__ASSIGNMENT__. For each line below, check whether "dimension" is present. Report how many lines have it, nothing else.

__DATASET CONTENT__.

---*---

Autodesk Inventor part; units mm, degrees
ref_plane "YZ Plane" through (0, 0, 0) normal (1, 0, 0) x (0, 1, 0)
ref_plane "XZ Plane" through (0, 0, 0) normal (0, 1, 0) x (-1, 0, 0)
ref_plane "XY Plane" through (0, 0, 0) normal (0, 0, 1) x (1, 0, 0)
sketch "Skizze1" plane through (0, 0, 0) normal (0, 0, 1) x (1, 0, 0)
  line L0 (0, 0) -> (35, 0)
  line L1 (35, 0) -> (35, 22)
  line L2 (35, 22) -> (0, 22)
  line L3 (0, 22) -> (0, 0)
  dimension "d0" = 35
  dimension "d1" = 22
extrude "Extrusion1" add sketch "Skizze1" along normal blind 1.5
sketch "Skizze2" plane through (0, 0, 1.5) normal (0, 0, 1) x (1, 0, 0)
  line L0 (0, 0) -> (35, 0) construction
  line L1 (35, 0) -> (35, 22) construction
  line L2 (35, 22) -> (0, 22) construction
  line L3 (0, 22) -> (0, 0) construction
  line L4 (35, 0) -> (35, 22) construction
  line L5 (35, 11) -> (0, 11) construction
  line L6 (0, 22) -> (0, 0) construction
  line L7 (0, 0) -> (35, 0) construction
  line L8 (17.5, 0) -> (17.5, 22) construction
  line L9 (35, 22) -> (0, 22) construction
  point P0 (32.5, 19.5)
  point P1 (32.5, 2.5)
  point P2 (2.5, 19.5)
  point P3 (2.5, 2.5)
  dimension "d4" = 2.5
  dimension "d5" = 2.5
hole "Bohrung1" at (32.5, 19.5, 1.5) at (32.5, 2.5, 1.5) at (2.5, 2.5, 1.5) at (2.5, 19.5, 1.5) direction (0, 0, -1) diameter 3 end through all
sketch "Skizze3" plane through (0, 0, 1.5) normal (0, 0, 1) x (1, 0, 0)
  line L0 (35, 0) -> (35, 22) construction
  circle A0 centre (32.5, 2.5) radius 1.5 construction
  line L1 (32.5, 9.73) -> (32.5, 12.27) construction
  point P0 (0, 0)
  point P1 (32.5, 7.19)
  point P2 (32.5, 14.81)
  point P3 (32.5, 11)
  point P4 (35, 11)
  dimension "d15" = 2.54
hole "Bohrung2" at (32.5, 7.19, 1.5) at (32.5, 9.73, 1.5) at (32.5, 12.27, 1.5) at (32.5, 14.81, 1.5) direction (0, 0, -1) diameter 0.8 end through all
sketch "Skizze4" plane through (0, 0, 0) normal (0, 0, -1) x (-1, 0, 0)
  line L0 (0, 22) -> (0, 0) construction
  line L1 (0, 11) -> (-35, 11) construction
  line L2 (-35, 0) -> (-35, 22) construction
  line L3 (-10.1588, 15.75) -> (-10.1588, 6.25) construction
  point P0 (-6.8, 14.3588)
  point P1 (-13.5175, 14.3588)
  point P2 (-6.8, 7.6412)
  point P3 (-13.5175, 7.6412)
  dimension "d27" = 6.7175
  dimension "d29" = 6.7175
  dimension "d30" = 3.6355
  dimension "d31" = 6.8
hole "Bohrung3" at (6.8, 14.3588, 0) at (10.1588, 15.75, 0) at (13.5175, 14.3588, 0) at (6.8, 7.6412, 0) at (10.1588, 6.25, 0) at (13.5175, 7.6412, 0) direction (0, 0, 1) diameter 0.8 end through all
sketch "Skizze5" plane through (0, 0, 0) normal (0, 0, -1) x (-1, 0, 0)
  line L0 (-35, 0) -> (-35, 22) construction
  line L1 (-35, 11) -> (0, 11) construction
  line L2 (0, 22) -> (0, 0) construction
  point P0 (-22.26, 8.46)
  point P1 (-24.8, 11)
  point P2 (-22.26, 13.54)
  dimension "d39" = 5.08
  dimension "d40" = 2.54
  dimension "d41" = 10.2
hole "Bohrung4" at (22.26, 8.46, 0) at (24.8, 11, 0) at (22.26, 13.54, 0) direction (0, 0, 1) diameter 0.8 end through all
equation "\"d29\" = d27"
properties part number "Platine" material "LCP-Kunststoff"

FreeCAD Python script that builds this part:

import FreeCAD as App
import Part
import Sketcher
Q = App.Units.Quantity


def add_polygon(sketch, points):
    """Adds a closed chain of lines whose ends are joined by coincident constraints."""
    first, n = sketch.GeometryCount, len(points)
    for a, b in zip(points, points[1:] + points[:1]):
        sketch.addGeometry(Part.LineSegment(App.Vector(*a, 0), App.Vector(*b, 0)), False)
    for i in range(n):
        sketch.addConstraint(Sketcher.Constraint("Coincident", first + i, 2, first + (i + 1) % n, 1))

doc = App.newDocument("Part")
params = doc.addObject("Spreadsheet::Sheet", "Params")
for row, (alias, value) in enumerate([
    ("sketch1_width", "35 mm"),
    ("sketch1_height", "22 mm"),
    ("pad1_length", "1.5 mm"),
    ("sketch2_diameter", "3 mm"),
    ("hole_diameter", "3 mm"),
    ("sketch3_diameter", "0.8 mm"),
    ("hole2_diameter", "0.8 mm"),
    ("sketch4_diameter", "0.8 mm"),
    ("hole3_diameter", "0.8 mm"),
    ("sketch5_diameter", "0.8 mm"),
    ("hole4_diameter", "0.8 mm"),
], start=1):
    params.set(f"A{row}", alias)
    params.set(f"B{row}", "=" + value)
    params.setAlias(f"B{row}", alias)

body = doc.addObject("PartDesign::Body", "Body")

# Sketch on XY plane
sketch1 = body.newObject("Sketcher::SketchObject", "Sketch")
sketch1.AttachmentSupport = (doc.getObject("XY_Plane"), [""])
sketch1.MapMode = "FlatFace"
add_polygon(sketch1, [(0, 22), (0, 0), (35, 0), (35, 22)])  # lines 0-3
sketch1.addConstraint(Sketcher.Constraint("Vertical", 0))
sketch1.addConstraint(Sketcher.Constraint("Horizontal", 1))
sketch1.addConstraint(Sketcher.Constraint("Vertical", 2))
sketch1.addConstraint(Sketcher.Constraint("Horizontal", 3))
sketch1.addConstraint(Sketcher.Constraint("Coincident", 0, 2, -1, 1))
sketch1.addConstraint(Sketcher.Constraint("DistanceX", 1, 1, 1, 2, Q("35 mm")))
sketch1.addConstraint(Sketcher.Constraint("DistanceY", 0, 2, 0, 1, Q("22 mm")))
sketch1.setExpression("Constraints[9]", "Params.sketch1_width")
sketch1.setExpression("Constraints[10]", "Params.sketch1_height")
pad1 = body.newObject("PartDesign::Pad", "Pad")
pad1.Profile = sketch1
pad1.setExpression("Length", "Params.pad1_length")

# Sketch on XY plane
sketch2 = body.newObject("Sketcher::SketchObject", "Sketch001")
sketch2.AttachmentSupport = (doc.getObject("XY_Plane"), [""])
sketch2.MapMode = "FlatFace"
sketch2.AttachmentOffset = App.Placement(App.Vector(0, 0, 1.5), App.Rotation())
sketch2.addGeometry(Part.Circle(App.Vector(32.5, 19.5, 0), App.Vector(0, 0, 1), 1.5), False)
sketch2.addGeometry(Part.Circle(App.Vector(32.5, 2.5, 0), App.Vector(0, 0, 1), 1.5), False)
sketch2.addGeometry(Part.Circle(App.Vector(2.5, 2.5, 0), App.Vector(0, 0, 1), 1.5), False)
sketch2.addGeometry(Part.Circle(App.Vector(2.5, 19.5, 0), App.Vector(0, 0, 1), 1.5), False)
sketch2.addConstraint(Sketcher.Constraint("Equal", 0, 1))
sketch2.addConstraint(Sketcher.Constraint("Equal", 1, 2))
sketch2.addConstraint(Sketcher.Constraint("Equal", 2, 3))
sketch2.addConstraint(Sketcher.Constraint("Horizontal", 1, 3, 2, 3))
sketch2.addConstraint(Sketcher.Constraint("Horizontal", 0, 3, 3, 3))
sketch2.addConstraint(Sketcher.Constraint("Vertical", 0, 3, 1, 3))
sketch2.addConstraint(Sketcher.Constraint("Vertical", 2, 3, 3, 3))
sketch2.addConstraint(Sketcher.Constraint("Diameter", 0, Q("3 mm")))
sketch2.addConstraint(Sketcher.Constraint("DistanceY", 1, 3, 0, 3, Q("17 mm")))
sketch2.addConstraint(Sketcher.Constraint("DistanceX", 2, 3, 1, 3, Q("30 mm")))
sketch2.addConstraint(Sketcher.Constraint("DistanceX", -1, 1, 0, 3, Q("32.5 mm")))
sketch2.addConstraint(Sketcher.Constraint("DistanceY", -1, 1, 0, 3, Q("19.5 mm")))
sketch2.setExpression("Constraints[7]", "Params.sketch2_diameter")
doc.recompute()
hole = body.newObject("PartDesign::Hole", "Hole")
hole.Profile = sketch2
hole.ThreadType = "None"
hole.setExpression("Diameter", "Params.hole_diameter")
hole.DepthType = "ThroughAll"

# Sketch on XY plane
sketch3 = body.newObject("Sketcher::SketchObject", "Sketch002")
sketch3.AttachmentSupport = (doc.getObject("XY_Plane"), [""])
sketch3.MapMode = "FlatFace"
sketch3.AttachmentOffset = App.Placement(App.Vector(0, 0, 1.5), App.Rotation())
sketch3.addGeometry(Part.Circle(App.Vector(32.5, 7.19, 0), App.Vector(0, 0, 1), 0.4), False)
sketch3.addGeometry(Part.Circle(App.Vector(32.5, 9.73, 0), App.Vector(0, 0, 1), 0.4), False)
sketch3.addGeometry(Part.Circle(App.Vector(32.5, 12.27, 0), App.Vector(0, 0, 1), 0.4), False)
sketch3.addGeometry(Part.Circle(App.Vector(32.5, 14.81, 0), App.Vector(0, 0, 1), 0.4), False)
sketch3.addConstraint(Sketcher.Constraint("Equal", 0, 1))
sketch3.addConstraint(Sketcher.Constraint("Equal", 1, 2))
sketch3.addConstraint(Sketcher.Constraint("Equal", 2, 3))
sketch3.addConstraint(Sketcher.Constraint("Vertical", 0, 3, 1, 3))
sketch3.addConstraint(Sketcher.Constraint("Vertical", 1, 3, 2, 3))
sketch3.addConstraint(Sketcher.Constraint("Vertical", 2, 3, 3, 3))
sketch3.addConstraint(Sketcher.Constraint("Diameter", 0, Q("0.8 mm")))
sketch3.addConstraint(Sketcher.Constraint("DistanceX", -1, 1, 0, 3, Q("32.5 mm")))
sketch3.addConstraint(Sketcher.Constraint("DistanceY", -1, 1, 0, 3, Q("7.19 mm")))
sketch3.addConstraint(Sketcher.Constraint("DistanceY", -1, 1, 1, 3, Q("9.73 mm")))
sketch3.addConstraint(Sketcher.Constraint("DistanceY", -1, 1, 2, 3, Q("12.27 mm")))
sketch3.addConstraint(Sketcher.Constraint("DistanceY", -1, 1, 3, 3, Q("14.81 mm")))
sketch3.setExpression("Constraints[6]", "Params.sketch3_diameter")
doc.recompute()
hole2 = body.newObject("PartDesign::Hole", "Hole001")
hole2.Profile = sketch3
hole2.ThreadType = "None"
hole2.setExpression("Diameter", "Params.hole2_diameter")
hole2.DepthType = "ThroughAll"

# Sketch on XY plane
sketch4 = body.newObject("Sketcher::SketchObject", "Sketch003")
sketch4.AttachmentSupport = (doc.getObject("XY_Plane"), [""])
sketch4.MapMode = "FlatFace"
sketch4.addGeometry(Part.Circle(App.Vector(6.8, 14.36, 0), App.Vector(0, 0, 1), 0.4), False)
sketch4.addGeometry(Part.Circle(App.Vector(10.16, 15.75, 0), App.Vector(0, 0, 1), 0.4), False)
sketch4.addGeometry(Part.Circle(App.Vector(13.52, 14.36, 0), App.Vector(0, 0, 1), 0.4), False)
sketch4.addGeometry(Part.Circle(App.Vector(6.8, 7.64, 0), App.Vector(0, 0, 1), 0.4), False)
sketch4.addGeometry(Part.Circle(App.Vector(10.16, 6.25, 0), App.Vector(0, 0, 1), 0.4), False)
sketch4.addGeometry(Part.Circle(App.Vector(13.52, 7.64, 0), App.Vector(0, 0, 1), 0.4), False)
sketch4.addConstraint(Sketcher.Constraint("Equal", 0, 1))
sketch4.addConstraint(Sketcher.Constraint("Equal", 1, 2))
sketch4.addConstraint(Sketcher.Constraint("Equal", 2, 3))
sketch4.addConstraint(Sketcher.Constraint("Equal", 3, 4))
sketch4.addConstraint(Sketcher.Constraint("Equal", 4, 5))
sketch4.addConstraint(Sketcher.Constraint("Horizontal", 0, 3, 2, 3))
sketch4.addConstraint(Sketcher.Constraint("Horizontal", 3, 3, 5, 3))
sketch4.addConstraint(Sketcher.Constraint("Vertical", 0, 3, 3, 3))
sketch4.addConstraint(Sketcher.Constraint("Vertical", 1, 3, 4, 3))
sketch4.addConstraint(Sketcher.Constraint("Vertical", 2, 3, 5, 3))
sketch4.addConstraint(Sketcher.Constraint("Diameter", 0, Q("0.8 mm")))
sketch4.addConstraint(Sketcher.Constraint("DistanceX", -1, 1, 0, 3, Q("6.8 mm")))
sketch4.addConstraint(Sketcher.Constraint("DistanceY", 4, 3, 1, 3, Q("9.5 mm")))
sketch4.addConstraint(Sketcher.Constraint("DistanceY", -1, 1, 1, 3, Q("15.75 mm")))
sketch4.addConstraint(Sketcher.Constraint("DistanceY", -1, 1, 0, 3, Q("14.3588 mm")))
sketch4.addConstraint(Sketcher.Constraint("DistanceX", -1, 1, 1, 3, Q("10.1588 mm")))
sketch4.addConstraint(Sketcher.Constraint("DistanceX", -1, 1, 2, 3, Q("13.5175 mm")))
sketch4.addConstraint(Sketcher.Constraint("DistanceY", -1, 1, 3, 3, Q("7.6412 mm")))
sketch4.setExpression("Constraints[10]", "Params.sketch4_diameter")
doc.recompute()
hole3 = body.newObject("PartDesign::Hole", "Hole002")
hole3.Profile = sketch4
hole3.ThreadType = "None"
hole3.setExpression("Diameter", "Params.hole3_diameter")
hole3.DepthType = "ThroughAll"
hole3.Reversed = True

# Sketch on XY plane
sketch5 = body.newObject("Sketcher::SketchObject", "Sketch004")
sketch5.AttachmentSupport = (doc.getObject("XY_Plane"), [""])
sketch5.MapMode = "FlatFace"
sketch5.addGeometry(Part.Circle(App.Vector(22.26, 8.46, 0), App.Vector(0, 0, 1), 0.4), False)
sketch5.addGeometry(Part.Circle(App.Vector(24.8, 11, 0), App.Vector(0, 0, 1), 0.4), False)
sketch5.addGeometry(Part.Circle(App.Vector(22.26, 13.54, 0), App.Vector(0, 0, 1), 0.4), False)
sketch5.addConstraint(Sketcher.Constraint("Equal", 0, 1))
sketch5.addConstraint(Sketcher.Constraint("Equal", 1, 2))
sketch5.addConstraint(Sketcher.Constraint("Vertical", 0, 3, 2, 3))
sketch5.addConstraint(Sketcher.Constraint("Diameter", 0, Q("0.8 mm")))
sketch5.addConstraint(Sketcher.Constraint("DistanceY", -1, 1, 1, 3, Q("11 mm")))
sketch5.addConstraint(Sketcher.Constraint("DistanceX", -1, 1, 1, 3, Q("24.8 mm")))
sketch5.addConstraint(Sketcher.Constraint("DistanceX", -1, 1, 0, 3, Q("22.26 mm")))
sketch5.addConstraint(Sketcher.Constraint("DistanceY", -1, 1, 0, 3, Q("8.46 mm")))
sketch5.addConstraint(Sketcher.Constraint("DistanceY", -1, 1, 2, 3, Q("13.54 mm")))
sketch5.setExpression("Constraints[3]", "Params.sketch5_diameter")
doc.recompute()
hole4 = body.newObject("PartDesign::Hole", "Hole003")
hole4.Profile = sketch5
hole4.ThreadType = "None"
hole4.setExpression("Diameter", "Params.hole4_diameter")
hole4.DepthType = "ThroughAll"
hole4.Reversed = True

doc.recompute()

---*---

__OUTPUT OF THE TASK__. 12